Homeowners in Buchanan County who suffered property losses in a July flash flood that decimated areas around Whitewood will not be eligible to receive aid from the Federal Emergency Management Agency, Gov. Glenn Youngkin said Wednesday.
The news was a disappointment but not a surprise to many in Southwest Virginia; just a year ago, FEMA made the same ruling after a similar flood hit the Buchanan County community of Hurley. In that case, the state appealed the decision and the federal agency denied the request a second time, saying that the damage wasn’t significant enough to warrant aid.

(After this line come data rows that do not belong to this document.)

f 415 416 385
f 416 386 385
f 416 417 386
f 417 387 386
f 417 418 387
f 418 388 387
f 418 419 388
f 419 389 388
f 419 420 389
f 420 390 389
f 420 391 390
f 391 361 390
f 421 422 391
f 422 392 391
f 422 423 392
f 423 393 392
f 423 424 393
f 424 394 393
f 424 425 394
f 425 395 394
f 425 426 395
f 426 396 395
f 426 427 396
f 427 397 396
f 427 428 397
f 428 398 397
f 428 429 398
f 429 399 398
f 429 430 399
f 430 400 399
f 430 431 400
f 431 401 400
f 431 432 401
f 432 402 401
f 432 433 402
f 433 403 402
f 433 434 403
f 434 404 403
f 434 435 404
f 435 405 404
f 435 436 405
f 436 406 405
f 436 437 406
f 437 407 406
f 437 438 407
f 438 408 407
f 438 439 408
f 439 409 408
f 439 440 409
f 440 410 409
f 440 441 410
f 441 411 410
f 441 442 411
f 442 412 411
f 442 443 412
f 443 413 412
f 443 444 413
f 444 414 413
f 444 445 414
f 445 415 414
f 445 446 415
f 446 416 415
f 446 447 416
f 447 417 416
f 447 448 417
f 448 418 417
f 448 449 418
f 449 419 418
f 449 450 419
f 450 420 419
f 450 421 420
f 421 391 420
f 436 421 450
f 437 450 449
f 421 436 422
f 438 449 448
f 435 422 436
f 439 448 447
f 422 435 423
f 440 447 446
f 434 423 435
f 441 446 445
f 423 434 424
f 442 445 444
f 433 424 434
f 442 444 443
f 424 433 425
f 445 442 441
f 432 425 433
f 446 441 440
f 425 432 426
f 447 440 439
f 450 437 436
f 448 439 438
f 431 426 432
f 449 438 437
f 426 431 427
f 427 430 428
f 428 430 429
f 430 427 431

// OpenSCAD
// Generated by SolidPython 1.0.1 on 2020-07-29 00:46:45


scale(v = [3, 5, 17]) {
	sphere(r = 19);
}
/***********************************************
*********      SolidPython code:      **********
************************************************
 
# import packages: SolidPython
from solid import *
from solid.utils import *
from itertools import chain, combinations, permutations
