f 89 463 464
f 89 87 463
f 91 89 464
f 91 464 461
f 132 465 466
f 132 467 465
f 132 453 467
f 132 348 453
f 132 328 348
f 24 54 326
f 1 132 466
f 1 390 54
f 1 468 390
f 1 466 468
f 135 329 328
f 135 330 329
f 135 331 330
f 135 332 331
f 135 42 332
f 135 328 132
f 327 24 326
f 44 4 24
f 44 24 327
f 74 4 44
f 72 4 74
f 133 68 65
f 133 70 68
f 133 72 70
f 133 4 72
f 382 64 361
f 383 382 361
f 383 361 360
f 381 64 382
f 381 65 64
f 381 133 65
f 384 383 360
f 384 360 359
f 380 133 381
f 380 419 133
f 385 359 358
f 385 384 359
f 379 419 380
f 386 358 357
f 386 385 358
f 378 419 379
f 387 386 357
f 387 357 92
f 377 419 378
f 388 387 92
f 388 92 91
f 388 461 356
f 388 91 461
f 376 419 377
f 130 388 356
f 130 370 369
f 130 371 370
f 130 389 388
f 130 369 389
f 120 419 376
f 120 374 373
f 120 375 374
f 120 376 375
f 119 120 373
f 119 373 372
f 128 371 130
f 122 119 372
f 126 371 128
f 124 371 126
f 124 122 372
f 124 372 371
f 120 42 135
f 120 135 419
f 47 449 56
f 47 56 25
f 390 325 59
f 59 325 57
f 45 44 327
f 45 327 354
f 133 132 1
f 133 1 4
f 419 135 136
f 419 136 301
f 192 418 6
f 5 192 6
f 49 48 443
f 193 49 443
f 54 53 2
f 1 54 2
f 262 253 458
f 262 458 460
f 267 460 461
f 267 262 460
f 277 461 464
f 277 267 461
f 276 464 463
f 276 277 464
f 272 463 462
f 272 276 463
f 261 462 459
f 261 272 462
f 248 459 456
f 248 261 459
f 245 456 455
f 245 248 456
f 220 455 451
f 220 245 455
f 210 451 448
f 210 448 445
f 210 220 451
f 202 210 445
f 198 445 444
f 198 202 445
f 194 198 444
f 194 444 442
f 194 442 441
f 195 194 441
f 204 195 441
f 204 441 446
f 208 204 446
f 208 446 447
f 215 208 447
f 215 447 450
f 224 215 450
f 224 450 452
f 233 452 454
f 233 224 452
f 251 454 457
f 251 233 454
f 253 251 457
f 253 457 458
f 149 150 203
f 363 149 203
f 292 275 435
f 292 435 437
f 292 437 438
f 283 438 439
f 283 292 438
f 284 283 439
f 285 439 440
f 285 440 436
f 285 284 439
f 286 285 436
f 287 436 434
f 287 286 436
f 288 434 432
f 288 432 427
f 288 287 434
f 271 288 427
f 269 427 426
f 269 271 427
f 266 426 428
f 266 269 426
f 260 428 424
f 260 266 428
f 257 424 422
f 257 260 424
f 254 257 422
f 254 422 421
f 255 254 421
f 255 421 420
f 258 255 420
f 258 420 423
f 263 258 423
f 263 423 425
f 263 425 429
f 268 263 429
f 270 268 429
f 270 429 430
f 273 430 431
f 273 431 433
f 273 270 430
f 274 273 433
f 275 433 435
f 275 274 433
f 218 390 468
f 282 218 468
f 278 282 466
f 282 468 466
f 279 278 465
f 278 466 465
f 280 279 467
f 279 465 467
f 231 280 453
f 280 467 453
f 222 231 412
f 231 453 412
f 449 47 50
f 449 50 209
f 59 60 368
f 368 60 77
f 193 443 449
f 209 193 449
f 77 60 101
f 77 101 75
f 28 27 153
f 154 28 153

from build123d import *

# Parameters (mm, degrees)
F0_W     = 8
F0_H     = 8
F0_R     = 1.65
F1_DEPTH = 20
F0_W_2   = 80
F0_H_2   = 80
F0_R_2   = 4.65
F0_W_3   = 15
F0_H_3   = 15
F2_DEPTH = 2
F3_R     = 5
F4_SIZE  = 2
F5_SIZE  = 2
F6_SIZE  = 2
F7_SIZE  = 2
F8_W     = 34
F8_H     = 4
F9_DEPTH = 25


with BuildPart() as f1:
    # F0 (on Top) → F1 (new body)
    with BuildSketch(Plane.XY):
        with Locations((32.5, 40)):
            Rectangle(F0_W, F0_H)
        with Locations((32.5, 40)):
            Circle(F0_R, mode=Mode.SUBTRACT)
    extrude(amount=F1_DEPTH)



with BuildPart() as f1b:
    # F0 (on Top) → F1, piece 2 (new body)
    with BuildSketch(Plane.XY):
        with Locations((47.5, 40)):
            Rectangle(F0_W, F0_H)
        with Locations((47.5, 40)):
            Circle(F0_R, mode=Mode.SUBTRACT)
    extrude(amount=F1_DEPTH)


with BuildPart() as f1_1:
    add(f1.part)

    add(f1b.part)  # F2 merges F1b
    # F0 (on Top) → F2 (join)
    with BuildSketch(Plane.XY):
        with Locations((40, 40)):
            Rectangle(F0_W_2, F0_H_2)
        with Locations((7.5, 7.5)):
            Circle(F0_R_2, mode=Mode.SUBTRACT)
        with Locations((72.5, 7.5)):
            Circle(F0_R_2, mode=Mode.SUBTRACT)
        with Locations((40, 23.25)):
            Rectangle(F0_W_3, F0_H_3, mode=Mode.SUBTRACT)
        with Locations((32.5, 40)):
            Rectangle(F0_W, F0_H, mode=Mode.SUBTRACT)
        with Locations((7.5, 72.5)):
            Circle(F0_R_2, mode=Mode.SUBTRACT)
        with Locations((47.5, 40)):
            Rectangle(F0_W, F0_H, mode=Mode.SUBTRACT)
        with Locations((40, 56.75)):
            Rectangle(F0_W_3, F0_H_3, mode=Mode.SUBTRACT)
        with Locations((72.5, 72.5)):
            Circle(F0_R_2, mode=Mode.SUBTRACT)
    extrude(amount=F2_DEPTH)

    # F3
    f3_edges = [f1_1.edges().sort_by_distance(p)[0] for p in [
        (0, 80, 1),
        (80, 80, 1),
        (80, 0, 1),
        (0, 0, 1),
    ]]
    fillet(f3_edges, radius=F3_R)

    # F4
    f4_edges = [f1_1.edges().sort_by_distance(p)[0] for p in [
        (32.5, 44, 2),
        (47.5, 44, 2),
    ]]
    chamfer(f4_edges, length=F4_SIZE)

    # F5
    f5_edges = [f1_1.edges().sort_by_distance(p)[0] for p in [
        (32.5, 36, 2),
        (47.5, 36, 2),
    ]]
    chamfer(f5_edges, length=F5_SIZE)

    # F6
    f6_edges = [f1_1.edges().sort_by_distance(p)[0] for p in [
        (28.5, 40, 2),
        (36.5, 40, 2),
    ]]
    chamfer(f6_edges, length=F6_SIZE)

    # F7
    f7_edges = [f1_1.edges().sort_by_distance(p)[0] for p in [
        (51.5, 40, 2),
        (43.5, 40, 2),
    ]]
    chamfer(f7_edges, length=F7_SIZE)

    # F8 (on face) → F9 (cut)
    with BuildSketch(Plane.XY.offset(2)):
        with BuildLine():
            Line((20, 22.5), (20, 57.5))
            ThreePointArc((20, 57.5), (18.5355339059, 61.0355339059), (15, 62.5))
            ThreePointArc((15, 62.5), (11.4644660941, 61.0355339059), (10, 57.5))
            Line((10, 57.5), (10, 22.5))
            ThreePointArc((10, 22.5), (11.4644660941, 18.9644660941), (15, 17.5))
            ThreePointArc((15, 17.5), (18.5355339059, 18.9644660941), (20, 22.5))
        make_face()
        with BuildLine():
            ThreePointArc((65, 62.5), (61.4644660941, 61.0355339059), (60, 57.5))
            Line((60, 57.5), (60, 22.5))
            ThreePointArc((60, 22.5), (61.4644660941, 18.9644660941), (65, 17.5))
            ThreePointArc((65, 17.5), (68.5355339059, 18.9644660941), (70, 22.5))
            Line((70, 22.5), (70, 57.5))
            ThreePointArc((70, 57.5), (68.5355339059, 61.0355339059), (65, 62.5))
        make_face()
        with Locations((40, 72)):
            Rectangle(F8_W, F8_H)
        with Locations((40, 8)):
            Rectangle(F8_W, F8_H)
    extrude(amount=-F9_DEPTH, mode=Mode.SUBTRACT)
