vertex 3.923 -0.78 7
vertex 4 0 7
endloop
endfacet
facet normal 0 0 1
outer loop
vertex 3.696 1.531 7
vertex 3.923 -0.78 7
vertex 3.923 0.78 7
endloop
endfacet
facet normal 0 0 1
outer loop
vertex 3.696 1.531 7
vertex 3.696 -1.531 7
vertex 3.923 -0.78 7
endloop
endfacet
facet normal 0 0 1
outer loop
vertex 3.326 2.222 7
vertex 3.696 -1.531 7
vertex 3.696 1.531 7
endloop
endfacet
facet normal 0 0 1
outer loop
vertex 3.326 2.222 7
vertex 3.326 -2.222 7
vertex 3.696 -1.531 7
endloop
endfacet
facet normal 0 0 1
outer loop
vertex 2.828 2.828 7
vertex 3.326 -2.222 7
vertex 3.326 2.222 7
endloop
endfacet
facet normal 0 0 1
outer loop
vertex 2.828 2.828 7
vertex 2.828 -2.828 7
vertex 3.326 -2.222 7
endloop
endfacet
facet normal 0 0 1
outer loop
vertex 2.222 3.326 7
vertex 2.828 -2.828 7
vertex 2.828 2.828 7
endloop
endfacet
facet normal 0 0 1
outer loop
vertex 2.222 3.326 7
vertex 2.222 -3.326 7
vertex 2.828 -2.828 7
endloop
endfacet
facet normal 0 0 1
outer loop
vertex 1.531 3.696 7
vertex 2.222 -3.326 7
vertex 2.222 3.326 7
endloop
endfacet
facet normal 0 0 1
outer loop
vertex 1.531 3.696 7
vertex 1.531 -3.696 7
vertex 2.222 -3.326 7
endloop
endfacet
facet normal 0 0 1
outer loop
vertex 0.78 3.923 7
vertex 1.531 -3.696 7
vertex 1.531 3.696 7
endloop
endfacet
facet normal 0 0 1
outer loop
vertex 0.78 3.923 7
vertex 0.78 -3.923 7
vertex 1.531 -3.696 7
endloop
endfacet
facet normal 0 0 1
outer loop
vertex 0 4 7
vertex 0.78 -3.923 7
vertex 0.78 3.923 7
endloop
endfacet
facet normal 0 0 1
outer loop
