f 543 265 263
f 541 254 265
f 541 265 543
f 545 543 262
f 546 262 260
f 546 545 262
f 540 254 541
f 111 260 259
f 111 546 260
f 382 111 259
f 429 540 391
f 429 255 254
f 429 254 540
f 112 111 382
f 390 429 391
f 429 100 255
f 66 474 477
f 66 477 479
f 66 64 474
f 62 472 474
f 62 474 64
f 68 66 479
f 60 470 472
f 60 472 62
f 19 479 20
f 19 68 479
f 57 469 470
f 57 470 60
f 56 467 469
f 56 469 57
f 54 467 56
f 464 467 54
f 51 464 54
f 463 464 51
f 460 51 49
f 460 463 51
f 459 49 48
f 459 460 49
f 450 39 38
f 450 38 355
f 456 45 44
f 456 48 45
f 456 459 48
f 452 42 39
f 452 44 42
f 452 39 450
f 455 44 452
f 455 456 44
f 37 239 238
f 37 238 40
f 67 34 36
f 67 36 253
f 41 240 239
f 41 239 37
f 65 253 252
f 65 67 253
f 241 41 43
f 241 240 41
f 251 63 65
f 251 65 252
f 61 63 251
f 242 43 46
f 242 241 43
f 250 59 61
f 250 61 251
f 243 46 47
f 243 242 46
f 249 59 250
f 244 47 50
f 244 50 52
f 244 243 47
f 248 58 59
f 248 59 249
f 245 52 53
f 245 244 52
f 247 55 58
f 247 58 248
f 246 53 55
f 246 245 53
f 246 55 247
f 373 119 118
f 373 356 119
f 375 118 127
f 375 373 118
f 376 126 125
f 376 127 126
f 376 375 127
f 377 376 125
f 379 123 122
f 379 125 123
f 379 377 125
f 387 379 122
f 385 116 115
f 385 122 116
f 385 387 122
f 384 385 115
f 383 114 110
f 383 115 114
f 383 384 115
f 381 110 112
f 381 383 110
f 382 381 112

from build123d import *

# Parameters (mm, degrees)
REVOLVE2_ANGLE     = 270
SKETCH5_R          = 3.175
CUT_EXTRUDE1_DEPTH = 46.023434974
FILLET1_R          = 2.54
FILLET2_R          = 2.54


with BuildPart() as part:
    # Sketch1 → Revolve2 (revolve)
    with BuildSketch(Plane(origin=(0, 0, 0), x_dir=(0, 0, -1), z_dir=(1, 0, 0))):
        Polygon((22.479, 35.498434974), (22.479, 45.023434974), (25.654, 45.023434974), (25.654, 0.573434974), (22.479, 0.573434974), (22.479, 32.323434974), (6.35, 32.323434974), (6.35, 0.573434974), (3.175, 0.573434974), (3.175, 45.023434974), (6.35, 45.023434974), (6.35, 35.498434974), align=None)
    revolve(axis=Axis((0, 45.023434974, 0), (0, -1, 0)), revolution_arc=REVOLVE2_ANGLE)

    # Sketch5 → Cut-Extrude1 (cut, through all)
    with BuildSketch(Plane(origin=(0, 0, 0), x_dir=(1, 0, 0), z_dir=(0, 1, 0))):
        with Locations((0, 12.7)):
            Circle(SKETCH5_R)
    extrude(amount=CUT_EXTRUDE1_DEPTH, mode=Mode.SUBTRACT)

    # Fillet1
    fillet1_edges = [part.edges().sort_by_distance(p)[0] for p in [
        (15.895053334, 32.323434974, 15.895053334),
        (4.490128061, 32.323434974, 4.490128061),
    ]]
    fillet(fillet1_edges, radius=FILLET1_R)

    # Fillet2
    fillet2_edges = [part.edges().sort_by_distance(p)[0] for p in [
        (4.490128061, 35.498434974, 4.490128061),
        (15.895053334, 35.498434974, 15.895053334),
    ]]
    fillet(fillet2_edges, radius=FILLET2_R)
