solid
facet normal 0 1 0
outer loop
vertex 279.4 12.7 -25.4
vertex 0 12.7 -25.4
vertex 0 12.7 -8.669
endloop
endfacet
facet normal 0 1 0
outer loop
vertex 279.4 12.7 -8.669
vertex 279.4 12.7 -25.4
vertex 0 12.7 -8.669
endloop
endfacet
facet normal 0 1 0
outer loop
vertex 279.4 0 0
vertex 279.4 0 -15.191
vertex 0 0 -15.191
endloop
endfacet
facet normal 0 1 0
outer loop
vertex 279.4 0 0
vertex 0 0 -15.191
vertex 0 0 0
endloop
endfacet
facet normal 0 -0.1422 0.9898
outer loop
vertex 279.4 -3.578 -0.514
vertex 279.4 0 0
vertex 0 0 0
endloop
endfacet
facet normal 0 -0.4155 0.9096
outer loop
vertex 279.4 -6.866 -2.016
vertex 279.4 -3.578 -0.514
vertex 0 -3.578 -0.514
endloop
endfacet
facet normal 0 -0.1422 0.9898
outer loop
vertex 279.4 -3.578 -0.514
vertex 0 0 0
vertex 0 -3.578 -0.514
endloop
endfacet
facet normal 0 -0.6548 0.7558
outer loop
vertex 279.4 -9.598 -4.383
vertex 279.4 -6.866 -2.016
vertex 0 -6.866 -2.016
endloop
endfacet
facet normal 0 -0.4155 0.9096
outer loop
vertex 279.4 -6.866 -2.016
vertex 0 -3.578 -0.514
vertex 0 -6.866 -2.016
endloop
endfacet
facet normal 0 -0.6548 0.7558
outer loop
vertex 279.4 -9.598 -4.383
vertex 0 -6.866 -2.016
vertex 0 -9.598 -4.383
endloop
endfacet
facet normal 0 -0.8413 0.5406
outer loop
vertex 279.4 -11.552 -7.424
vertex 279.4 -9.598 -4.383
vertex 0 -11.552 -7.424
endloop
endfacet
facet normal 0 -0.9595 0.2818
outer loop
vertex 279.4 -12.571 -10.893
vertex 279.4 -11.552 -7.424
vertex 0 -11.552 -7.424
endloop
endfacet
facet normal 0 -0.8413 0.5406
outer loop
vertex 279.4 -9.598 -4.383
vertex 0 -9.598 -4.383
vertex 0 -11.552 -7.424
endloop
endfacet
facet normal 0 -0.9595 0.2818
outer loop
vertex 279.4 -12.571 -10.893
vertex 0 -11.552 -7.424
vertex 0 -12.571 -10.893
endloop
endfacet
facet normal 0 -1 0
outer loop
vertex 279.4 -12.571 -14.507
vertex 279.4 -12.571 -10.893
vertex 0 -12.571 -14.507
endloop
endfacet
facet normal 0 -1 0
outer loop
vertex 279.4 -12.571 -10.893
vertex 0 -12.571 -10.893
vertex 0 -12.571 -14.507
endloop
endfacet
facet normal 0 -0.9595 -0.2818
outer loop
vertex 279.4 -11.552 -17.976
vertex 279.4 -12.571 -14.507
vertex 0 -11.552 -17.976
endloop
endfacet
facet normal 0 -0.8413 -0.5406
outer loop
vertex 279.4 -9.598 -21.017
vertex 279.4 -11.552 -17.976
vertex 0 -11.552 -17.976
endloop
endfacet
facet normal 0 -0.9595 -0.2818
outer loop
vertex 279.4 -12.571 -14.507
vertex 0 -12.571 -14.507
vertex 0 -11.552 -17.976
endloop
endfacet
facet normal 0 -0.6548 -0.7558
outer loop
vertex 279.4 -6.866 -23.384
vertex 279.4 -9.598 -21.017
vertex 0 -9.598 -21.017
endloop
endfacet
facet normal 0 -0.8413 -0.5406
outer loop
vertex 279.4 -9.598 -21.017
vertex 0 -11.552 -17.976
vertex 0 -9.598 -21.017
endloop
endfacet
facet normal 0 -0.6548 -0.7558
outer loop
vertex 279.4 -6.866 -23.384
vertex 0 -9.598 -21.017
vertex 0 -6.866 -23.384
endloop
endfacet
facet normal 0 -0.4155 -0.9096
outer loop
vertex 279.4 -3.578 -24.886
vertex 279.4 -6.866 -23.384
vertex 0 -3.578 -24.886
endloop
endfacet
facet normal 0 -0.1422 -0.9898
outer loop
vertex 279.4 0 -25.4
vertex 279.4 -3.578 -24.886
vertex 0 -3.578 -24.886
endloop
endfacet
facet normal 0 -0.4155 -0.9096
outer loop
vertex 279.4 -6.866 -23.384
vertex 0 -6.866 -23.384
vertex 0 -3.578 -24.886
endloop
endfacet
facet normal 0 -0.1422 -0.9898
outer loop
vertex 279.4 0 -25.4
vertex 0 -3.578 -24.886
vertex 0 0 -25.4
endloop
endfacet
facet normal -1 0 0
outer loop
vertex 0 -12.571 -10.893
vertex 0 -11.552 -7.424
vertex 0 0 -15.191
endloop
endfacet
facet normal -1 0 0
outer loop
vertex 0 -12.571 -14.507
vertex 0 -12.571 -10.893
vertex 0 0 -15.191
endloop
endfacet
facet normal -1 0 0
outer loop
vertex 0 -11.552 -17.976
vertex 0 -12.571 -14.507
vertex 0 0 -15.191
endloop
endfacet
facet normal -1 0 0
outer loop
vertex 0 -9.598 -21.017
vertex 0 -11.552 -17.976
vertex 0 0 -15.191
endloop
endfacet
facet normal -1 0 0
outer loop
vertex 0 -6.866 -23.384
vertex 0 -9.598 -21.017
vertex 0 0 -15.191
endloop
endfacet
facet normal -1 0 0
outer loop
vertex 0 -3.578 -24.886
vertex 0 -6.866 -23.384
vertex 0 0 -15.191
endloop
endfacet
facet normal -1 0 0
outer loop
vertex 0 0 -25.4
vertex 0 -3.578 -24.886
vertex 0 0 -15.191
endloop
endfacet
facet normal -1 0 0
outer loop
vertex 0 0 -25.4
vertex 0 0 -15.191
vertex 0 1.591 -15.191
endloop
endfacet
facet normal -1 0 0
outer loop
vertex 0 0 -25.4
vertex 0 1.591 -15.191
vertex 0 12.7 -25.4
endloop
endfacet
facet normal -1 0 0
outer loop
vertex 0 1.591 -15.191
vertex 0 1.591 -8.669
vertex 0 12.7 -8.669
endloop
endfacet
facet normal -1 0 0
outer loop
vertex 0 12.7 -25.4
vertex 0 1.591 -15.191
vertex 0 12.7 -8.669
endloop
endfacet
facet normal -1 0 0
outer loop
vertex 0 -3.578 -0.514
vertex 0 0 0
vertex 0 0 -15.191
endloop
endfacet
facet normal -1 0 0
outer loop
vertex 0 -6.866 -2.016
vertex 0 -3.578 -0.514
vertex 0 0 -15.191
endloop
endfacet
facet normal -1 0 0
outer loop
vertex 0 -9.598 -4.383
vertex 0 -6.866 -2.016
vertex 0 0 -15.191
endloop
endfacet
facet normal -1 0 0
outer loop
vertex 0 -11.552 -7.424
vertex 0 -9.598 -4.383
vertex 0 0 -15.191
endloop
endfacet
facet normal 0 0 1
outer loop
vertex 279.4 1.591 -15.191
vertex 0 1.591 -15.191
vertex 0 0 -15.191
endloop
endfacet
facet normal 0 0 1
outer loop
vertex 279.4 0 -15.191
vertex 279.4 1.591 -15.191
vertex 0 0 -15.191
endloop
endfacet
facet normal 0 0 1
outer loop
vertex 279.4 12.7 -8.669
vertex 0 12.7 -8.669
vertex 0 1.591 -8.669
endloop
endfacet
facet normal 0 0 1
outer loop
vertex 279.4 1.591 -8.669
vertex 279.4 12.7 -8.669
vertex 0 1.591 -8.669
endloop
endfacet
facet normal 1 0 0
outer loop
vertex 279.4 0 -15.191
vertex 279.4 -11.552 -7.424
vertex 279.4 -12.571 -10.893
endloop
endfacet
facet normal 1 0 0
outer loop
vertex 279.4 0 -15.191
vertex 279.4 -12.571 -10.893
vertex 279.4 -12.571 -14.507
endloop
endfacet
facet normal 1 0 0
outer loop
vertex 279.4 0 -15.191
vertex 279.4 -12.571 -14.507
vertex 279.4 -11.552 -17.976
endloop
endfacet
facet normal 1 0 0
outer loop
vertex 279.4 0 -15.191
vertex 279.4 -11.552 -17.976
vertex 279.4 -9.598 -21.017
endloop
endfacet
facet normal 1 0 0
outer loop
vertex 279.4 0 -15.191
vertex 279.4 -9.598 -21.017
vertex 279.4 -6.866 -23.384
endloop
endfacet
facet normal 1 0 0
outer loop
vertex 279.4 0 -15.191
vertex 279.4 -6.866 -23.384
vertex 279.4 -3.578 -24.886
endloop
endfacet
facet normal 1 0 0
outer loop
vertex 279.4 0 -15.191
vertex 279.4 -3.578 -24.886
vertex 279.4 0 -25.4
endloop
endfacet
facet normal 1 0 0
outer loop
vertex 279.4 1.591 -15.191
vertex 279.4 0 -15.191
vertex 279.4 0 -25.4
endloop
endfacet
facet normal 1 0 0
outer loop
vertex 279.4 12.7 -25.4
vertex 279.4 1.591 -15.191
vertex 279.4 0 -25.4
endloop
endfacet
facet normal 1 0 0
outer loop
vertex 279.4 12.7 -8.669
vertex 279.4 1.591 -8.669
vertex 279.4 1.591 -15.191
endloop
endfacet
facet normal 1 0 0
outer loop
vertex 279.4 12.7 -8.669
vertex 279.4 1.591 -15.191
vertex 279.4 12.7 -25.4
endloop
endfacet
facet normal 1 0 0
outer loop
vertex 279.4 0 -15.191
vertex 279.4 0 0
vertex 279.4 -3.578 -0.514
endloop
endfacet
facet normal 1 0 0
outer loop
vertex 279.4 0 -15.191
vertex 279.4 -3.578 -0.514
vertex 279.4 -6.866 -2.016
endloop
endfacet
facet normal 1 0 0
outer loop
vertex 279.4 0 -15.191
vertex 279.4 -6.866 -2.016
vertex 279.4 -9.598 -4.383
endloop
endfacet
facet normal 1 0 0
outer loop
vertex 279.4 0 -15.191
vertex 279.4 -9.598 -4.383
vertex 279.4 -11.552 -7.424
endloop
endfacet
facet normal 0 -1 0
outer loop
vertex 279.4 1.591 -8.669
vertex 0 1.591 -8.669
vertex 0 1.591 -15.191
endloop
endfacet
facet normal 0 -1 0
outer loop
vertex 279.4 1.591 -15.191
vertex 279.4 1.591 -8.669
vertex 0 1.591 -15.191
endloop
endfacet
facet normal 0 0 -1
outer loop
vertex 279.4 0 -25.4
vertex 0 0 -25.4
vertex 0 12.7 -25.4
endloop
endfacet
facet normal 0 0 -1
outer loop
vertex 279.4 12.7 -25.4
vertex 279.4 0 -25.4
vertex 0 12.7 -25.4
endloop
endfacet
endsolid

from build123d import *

# Parameters (mm, degrees)
F1_DEPTH = 279.4


with BuildPart() as f1:
    # F0 (on Right) → F1 (new body)
    with BuildSketch(Plane.YZ):
        with BuildLine():
            Line((0, -15.190765), (0, 0))
            ThreePointArc((0, 0), (-12.7, -12.7), (0, -25.4))
            Line((0, -25.4), (0, -15.190765))
        make_face()
        Polygon((1.590656, -15.190765), (0, -15.190765), (0, -25.4), (12.7, -25.4), (12.7, -8.669076), (1.590656, -8.669076), align=None)
    extrude(amount=F1_DEPTH)


solid = f1.part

“Unfortunately with the Whitewood flood, we’re seeing the exact same pattern,” Youngkin said during a stop in Bristol on Wednesday morning as part of the Cardinal News Speaker Series. (He also announced that state aid for Hurley should arrive by Christmas; see previous story.)
The night of July 12, the areas around Whitewood, Pilgrim’s Knob and Jewell Valley were hit with up to 6 inches of rain in just a few hours. The downpour, and the runoff from the surrounding steep hillsides, swelled the Dismal River and its tributaries, sending water rushing into homes and sweeping away vehicles and bridges.
An assessment by the Virginia Department of Emergency Management determined that 33 structures were destroyed. Another 33 sustained major damage, and two dozen had minor damage. Many roads were damaged, and power and water were knocked out to much of the area.
Buchanan County is eligible for FEMA funding to help pay for infrastructure repairs, but no money will be available to individual property owners. Even if FEMA had granted the state’s request for individual assistance, the most any homeowner could have received is about $35,000, and the average FEMA payout is closer to $5,000.
Youngkin said state officials decided to not appeal FEMA’s decision this time; an appeal would require new information, and they simply don’t have any, he said. Instead, he said, they’re focusing on how to help Whitewood residents in other ways.
Among the options available to homeowners are low-interest loans offered by the federal Small Business Administration, which is operating an outreach center through Nov. 4 at the Whitewood Volunteer Fire Department.
Some rebuilding is already underway. About $700,000 in private donations has been collected for the recovery, and volunteer construction crews have started rebuilding homes that were damaged by the flood.
Youngkin said his administration has been talking with the office of Sen. Mark Warner, D-Virginia, about trying to revise the framework that FEMA uses for individual assistance. State and local officials have long said that the federal agency’s process is opaque, leaving them uncertain of why some requests are granted and others denied.
The suspicion has long been that rural areas like Buchanan County simply don’t have enough population density, or enough high-dollar homes, to meet some unknown FEMA threshold.
“It doesn’t work for so many parts of America, and particularly Virginia,” Youngkin said. “At a time when we need rapid response and can’t get it because of thresholds that in rural areas are just impossible to hit, we need to fix that.”
Meanwhile, he said, the state needs to focus on what it can do to help Whitewood. Over the last several months, the Department of Housing and Community Development has worked with other agencies to create a system to manage and disburse $11.4 million in flood recovery money for Hurley that was written into this year’s state budget. Youngkin said Wednesday that this framework could be used to create a similar effort for Whitewood – once funding is in place.
“I look forward to working with our Southwest delegation to make sure that incremental funds are included in this next year’s budget in order to provide the same kind of state support where it’s needed,” he said.